Among the entries below, one stretch runs from the line that contains "#74=ORIENTED_EDGE('',*,*,#73,.F.);" through the line that contains "#131=ORIENTED_EDGE('',*,*,#107,.T.);". Repeat that stretch exactly, ends included, and only that.

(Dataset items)
━━━━━━

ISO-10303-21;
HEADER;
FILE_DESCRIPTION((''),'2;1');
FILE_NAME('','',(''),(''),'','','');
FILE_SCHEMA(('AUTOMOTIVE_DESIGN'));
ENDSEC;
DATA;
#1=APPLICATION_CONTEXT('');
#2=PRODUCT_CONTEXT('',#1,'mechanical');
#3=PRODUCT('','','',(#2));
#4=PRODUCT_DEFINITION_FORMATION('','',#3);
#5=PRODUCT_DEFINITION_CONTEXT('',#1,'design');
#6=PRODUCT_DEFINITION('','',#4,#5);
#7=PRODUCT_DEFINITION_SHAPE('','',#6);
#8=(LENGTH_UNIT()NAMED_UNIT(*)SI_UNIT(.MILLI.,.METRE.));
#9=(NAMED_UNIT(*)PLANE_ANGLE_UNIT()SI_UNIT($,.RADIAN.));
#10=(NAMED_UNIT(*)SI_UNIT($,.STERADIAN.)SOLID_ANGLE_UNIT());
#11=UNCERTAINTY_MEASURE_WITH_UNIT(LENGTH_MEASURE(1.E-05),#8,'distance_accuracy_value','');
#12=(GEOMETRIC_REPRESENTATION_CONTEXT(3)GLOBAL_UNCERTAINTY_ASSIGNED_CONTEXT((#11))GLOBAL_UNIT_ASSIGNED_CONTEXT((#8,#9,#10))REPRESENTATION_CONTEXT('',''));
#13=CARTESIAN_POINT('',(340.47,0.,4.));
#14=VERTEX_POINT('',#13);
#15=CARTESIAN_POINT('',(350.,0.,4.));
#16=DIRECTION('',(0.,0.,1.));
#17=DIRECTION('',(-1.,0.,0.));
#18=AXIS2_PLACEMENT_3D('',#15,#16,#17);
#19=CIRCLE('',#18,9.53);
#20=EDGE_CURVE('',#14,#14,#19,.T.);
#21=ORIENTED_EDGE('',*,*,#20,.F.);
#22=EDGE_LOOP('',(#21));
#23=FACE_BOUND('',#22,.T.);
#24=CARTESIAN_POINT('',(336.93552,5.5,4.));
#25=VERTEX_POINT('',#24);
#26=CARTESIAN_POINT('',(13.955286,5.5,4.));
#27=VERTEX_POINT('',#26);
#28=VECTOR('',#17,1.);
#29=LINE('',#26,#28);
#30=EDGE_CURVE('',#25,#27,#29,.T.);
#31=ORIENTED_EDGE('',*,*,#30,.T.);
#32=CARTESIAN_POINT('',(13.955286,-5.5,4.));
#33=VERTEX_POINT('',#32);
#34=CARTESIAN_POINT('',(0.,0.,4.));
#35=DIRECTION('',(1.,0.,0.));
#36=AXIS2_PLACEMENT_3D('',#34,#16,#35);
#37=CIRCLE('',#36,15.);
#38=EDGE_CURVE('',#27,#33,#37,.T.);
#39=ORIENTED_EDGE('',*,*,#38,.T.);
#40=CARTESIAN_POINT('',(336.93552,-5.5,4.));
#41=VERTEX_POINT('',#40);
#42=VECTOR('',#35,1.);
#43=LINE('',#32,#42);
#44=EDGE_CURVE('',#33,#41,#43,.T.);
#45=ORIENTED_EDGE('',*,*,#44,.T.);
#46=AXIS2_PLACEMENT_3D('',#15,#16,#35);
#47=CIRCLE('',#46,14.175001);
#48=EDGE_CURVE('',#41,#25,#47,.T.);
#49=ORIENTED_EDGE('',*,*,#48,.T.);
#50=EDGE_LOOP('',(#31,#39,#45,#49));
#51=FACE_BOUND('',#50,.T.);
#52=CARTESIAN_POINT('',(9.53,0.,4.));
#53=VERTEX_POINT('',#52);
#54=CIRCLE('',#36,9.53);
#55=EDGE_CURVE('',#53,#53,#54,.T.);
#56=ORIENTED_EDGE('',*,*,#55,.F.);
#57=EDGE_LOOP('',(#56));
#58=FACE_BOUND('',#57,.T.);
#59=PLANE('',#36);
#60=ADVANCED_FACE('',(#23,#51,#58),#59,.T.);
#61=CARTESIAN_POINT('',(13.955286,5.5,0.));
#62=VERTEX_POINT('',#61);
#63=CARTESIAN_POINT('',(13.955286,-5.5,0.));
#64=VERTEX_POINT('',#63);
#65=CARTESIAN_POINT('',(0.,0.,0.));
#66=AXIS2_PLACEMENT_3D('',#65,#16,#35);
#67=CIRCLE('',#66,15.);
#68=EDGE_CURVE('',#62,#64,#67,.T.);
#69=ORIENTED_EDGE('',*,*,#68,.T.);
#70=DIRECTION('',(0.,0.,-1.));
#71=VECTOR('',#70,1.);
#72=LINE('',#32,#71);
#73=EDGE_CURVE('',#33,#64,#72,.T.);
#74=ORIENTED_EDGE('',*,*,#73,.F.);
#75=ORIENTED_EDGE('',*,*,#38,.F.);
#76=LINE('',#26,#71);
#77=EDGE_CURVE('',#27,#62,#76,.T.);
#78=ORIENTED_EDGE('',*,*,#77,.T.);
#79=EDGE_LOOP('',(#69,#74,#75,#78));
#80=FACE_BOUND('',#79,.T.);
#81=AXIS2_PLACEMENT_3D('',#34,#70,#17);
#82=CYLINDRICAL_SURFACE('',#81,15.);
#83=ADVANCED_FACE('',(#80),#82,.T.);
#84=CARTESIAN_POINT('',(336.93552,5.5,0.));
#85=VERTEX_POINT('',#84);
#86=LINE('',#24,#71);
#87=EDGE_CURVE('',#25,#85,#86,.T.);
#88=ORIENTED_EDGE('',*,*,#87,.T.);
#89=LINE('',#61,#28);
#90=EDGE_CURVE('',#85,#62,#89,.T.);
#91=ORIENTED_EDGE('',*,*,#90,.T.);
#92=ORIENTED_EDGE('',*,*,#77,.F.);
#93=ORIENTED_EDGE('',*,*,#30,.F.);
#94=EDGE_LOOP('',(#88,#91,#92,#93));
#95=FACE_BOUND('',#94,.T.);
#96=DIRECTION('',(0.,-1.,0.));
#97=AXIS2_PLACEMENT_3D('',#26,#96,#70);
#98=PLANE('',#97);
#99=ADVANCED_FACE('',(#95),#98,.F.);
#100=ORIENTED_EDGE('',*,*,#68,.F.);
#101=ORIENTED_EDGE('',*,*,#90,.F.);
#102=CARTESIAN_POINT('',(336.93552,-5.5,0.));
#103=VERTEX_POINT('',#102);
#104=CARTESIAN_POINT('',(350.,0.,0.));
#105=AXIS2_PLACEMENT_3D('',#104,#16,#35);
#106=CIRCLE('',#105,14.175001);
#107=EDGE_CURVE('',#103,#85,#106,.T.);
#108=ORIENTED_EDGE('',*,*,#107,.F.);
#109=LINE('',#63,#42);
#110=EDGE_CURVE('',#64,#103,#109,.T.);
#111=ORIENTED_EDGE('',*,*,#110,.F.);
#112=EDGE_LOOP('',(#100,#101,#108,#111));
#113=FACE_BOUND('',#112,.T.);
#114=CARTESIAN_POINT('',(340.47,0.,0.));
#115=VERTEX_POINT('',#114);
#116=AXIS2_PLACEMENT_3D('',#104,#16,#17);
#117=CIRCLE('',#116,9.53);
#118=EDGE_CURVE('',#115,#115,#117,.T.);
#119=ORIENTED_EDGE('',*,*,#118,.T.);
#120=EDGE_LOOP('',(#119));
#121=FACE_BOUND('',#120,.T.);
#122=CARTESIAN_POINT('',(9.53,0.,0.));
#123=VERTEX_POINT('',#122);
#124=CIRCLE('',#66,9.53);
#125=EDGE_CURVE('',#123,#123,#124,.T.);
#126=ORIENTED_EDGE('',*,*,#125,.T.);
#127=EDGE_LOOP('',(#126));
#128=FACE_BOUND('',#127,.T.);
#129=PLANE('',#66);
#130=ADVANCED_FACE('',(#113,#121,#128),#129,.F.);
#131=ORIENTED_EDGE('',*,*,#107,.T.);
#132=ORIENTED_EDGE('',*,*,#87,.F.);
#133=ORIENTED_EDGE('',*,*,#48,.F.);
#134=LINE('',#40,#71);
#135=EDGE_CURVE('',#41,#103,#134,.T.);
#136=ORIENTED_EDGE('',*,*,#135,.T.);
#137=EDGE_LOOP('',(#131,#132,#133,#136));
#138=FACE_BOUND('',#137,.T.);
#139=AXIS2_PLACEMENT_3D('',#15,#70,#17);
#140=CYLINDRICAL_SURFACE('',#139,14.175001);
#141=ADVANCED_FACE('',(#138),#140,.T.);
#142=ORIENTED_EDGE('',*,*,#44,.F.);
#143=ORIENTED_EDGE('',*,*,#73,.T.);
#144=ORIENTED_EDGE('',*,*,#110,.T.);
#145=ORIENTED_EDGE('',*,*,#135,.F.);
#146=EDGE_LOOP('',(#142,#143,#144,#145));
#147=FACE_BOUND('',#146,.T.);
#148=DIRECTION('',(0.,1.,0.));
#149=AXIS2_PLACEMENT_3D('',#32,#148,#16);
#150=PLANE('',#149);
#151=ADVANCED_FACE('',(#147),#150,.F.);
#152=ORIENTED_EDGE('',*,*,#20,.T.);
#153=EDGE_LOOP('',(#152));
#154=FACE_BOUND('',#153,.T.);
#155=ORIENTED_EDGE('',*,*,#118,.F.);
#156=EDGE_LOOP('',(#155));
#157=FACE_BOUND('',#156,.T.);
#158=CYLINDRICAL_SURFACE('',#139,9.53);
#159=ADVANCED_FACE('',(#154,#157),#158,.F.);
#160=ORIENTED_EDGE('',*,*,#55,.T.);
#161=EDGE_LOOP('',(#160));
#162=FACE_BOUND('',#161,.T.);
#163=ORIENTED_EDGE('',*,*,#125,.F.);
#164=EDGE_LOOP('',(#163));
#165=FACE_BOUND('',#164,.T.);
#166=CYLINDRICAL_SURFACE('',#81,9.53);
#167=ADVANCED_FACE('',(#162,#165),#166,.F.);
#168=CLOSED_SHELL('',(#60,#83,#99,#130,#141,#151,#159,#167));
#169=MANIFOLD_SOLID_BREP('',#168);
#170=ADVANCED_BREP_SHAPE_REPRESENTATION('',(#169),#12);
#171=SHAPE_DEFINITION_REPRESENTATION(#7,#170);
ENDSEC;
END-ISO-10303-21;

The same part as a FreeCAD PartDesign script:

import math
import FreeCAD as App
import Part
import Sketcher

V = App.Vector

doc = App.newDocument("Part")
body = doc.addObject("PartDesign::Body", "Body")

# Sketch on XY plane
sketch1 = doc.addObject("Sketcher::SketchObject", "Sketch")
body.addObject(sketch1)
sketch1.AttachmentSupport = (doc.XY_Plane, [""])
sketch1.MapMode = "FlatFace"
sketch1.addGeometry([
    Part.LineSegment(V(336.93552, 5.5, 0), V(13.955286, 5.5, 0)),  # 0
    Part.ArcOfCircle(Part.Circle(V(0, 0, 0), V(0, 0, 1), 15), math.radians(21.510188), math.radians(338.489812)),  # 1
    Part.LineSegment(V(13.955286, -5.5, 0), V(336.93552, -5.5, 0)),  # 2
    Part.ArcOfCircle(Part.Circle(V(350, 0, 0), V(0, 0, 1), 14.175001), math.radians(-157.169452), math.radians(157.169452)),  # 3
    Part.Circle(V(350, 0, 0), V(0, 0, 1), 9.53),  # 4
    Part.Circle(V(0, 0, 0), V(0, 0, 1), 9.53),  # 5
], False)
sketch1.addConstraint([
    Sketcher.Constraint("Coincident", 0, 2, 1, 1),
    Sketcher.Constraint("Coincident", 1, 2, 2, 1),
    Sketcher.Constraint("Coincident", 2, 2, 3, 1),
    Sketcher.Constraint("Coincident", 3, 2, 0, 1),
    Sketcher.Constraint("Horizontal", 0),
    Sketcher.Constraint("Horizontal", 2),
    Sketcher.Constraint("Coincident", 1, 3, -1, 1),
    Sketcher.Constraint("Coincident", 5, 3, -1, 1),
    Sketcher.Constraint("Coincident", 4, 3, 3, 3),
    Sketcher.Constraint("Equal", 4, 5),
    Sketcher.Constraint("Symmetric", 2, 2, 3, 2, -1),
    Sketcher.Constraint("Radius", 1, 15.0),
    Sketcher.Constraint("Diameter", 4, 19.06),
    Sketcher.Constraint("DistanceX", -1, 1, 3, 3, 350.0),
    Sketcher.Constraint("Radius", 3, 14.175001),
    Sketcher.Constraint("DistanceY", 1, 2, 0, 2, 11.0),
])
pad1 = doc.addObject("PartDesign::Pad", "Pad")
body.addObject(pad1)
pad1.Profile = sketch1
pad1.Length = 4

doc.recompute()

━━━━━━

Result of the exercise
#74=ORIENTED_EDGE('',*,*,#73,.F.);
#75=ORIENTED_EDGE('',*,*,#38,.F.);
#76=LINE('',#26,#71);
#77=EDGE_CURVE('',#27,#62,#76,.T.);
#78=ORIENTED_EDGE('',*,*,#77,.T.);
#79=EDGE_LOOP('',(#69,#74,#75,#78));
#80=FACE_BOUND('',#79,.T.);
#81=AXIS2_PLACEMENT_3D('',#34,#70,#17);
#82=CYLINDRICAL_SURFACE('',#81,15.);
#83=ADVANCED_FACE('',(#80),#82,.T.);
#84=CARTESIAN_POINT('',(336.93552,5.5,0.));
#85=VERTEX_POINT('',#84);
#86=LINE('',#24,#71);
#87=EDGE_CURVE('',#25,#85,#86,.T.);
#88=ORIENTED_EDGE('',*,*,#87,.T.);
#89=LINE('',#61,#28);
#90=EDGE_CURVE('',#85,#62,#89,.T.);
#91=ORIENTED_EDGE('',*,*,#90,.T.);
#92=ORIENTED_EDGE('',*,*,#77,.F.);
#93=ORIENTED_EDGE('',*,*,#30,.F.);
#94=EDGE_LOOP('',(#88,#91,#92,#93));
#95=FACE_BOUND('',#94,.T.);
#96=DIRECTION('',(0.,-1.,0.));
#97=AXIS2_PLACEMENT_3D('',#26,#96,#70);
#98=PLANE('',#97);
#99=ADVANCED_FACE('',(#95),#98,.F.);
#100=ORIENTED_EDGE('',*,*,#68,.F.);
#101=ORIENTED_EDGE('',*,*,#90,.F.);
#102=CARTESIAN_POINT('',(336.93552,-5.5,0.));
#103=VERTEX_POINT('',#102);
#104=CARTESIAN_POINT('',(350.,0.,0.));
#105=AXIS2_PLACEMENT_3D('',#104,#16,#35);
#106=CIRCLE('',#105,14.175001);
#107=EDGE_CURVE('',#103,#85,#106,.T.);
#108=ORIENTED_EDGE('',*,*,#107,.F.);
#109=LINE('',#63,#42);
#110=EDGE_CURVE('',#64,#103,#109,.T.);
#111=ORIENTED_EDGE('',*,*,#110,.F.);
#112=EDGE_LOOP('',(#100,#101,#108,#111));
#113=FACE_BOUND('',#112,.T.);
#114=CARTESIAN_POINT('',(340.47,0.,0.));
#115=VERTEX_POINT('',#114);
#116=AXIS2_PLACEMENT_3D('',#104,#16,#17);
#117=CIRCLE('',#116,9.53);
#118=EDGE_CURVE('',#115,#115,#117,.T.);
#119=ORIENTED_EDGE('',*,*,#118,.T.);
#120=EDGE_LOOP('',(#119));
#121=FACE_BOUND('',#120,.T.);
#122=CARTESIAN_POINT('',(9.53,0.,0.));
#123=VERTEX_POINT('',#122);
#124=CIRCLE('',#66,9.53);
#125=EDGE_CURVE('',#123,#123,#124,.T.);
#126=ORIENTED_EDGE('',*,*,#125,.T.);
#127=EDGE_LOOP('',(#126));
#128=FACE_BOUND('',#127,.T.);
#129=PLANE('',#66);
#130=ADVANCED_FACE('',(#113,#121,#128),#129,.F.);
#131=ORIENTED_EDGE('',*,*,#107,.T.);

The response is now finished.